The crux of the issue was whether or not the firm was advising and arranging for customers rather than simply referring and introducing them to other parts of the group. The branch's private wealth management business was deemed to have misled the DFSA as to its activities, and the firm finally confirmed to the regulator in January 2014 that the business was in fact advising and arranging for customers (with all of the associated regulatory requirements regarding client onboarding and prevention of money laundering). 

This case reads like a cautionary tale of how not to organise and run a branch business. It paints a picture of an operation which was simply doing its own thing, apparently unaware of, quite apart from complying with, local regulatory requirements or being required to follow through on group audit visit findings and reports. 

The fine was a reminder that large international financial services groups must oversee all parts of their business. Issues can often arise in smaller operations where, due to the size and location of the activities, there is a perception of low or lower risk. On the surface the DIFC branch of Deutsche Bank did not have clients per se, as the 1,000 or so customers were referred elsewhere to be onboarded. 

Under the surface, however, was a business which systematically misled the DFSA as to its activities, which should have recognised clients as such and which should have had a fit-for-purpose compliance and governance infrastructure.

There are parallels between the Deutsche Bank fine and those imposed on Lilla and Muraleedharan. All raise questions about culture, the actions of (very) senior individuals and wider corporate governance. 

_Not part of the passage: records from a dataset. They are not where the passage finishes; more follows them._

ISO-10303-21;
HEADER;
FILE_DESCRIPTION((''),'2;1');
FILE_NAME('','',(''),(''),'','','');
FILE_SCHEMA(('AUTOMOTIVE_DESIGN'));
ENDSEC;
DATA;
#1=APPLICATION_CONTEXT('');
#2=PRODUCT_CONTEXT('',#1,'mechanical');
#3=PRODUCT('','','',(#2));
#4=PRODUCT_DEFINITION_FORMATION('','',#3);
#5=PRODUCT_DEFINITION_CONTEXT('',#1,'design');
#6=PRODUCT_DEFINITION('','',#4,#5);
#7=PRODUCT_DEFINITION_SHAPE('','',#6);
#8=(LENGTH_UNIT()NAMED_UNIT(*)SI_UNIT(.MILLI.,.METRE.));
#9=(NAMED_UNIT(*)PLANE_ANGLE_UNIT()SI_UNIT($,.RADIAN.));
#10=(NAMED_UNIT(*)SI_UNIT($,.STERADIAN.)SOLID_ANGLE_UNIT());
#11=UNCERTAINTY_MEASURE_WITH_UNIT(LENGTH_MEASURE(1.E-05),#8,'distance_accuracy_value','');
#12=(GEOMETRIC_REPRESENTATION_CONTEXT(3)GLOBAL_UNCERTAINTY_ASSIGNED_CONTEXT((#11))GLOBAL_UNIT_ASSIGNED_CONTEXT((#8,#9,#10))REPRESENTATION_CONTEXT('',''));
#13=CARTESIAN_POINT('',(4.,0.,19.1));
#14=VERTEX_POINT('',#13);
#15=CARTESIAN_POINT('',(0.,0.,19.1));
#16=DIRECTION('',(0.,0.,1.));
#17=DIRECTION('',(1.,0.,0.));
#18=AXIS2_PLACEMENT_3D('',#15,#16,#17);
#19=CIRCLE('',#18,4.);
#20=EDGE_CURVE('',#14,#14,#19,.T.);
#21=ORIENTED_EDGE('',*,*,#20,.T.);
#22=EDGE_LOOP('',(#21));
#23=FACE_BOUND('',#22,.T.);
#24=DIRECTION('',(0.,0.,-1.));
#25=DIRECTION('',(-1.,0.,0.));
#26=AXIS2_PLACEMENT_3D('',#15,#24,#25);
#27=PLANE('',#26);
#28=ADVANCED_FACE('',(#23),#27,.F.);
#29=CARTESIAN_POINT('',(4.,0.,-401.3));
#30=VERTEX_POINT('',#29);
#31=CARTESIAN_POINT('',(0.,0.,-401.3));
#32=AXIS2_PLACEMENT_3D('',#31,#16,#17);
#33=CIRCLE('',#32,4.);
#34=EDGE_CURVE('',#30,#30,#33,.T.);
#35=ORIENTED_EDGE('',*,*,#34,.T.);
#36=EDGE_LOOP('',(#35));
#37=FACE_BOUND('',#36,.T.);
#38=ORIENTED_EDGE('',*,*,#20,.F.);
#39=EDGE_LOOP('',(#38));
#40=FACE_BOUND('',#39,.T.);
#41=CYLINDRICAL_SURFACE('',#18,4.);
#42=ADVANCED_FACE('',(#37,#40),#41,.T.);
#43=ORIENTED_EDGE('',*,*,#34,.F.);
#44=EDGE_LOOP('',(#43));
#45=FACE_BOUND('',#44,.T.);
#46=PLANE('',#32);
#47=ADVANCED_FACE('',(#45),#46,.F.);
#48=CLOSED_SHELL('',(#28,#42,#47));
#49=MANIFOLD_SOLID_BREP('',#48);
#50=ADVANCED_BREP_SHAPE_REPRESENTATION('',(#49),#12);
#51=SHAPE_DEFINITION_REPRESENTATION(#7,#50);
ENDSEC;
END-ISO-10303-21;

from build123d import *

# Parameters (mm, degrees)
SKETCH2_W = 420.400000948
SKETCH2_H = 4


with BuildPart() as part:
    # Sketch2 → Revolve1 (revolve)
    with BuildSketch(Plane(origin=(0, 0, 0), x_dir=(0, 0, -1), z_dir=(1, 0, 0))):
        with Locations((191.1, 2)):
            Rectangle(SKETCH2_W, SKETCH2_H)
    revolve(axis=Axis((0, 0, 19.100000474), (0, 0, -1)))


solid = part.part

The DFSA has shown that it will no longer tolerate poor behaviour by either firms or individuals. It is also seeking to bolster strong corporate governance, with events such as the May 2016 outreach on corporate governance and investor relations. 

All those operating in the DIFC should keep up-to-date with changes in regulatory requirements and expectations and ensure they understand the ramifications of a lack of compliance, whether knowing or inadvertent.

Susannah Hammond is senior regulatory intelligence expert for Thomson Reuters Regulatory Intelligence; the views expressed are her own.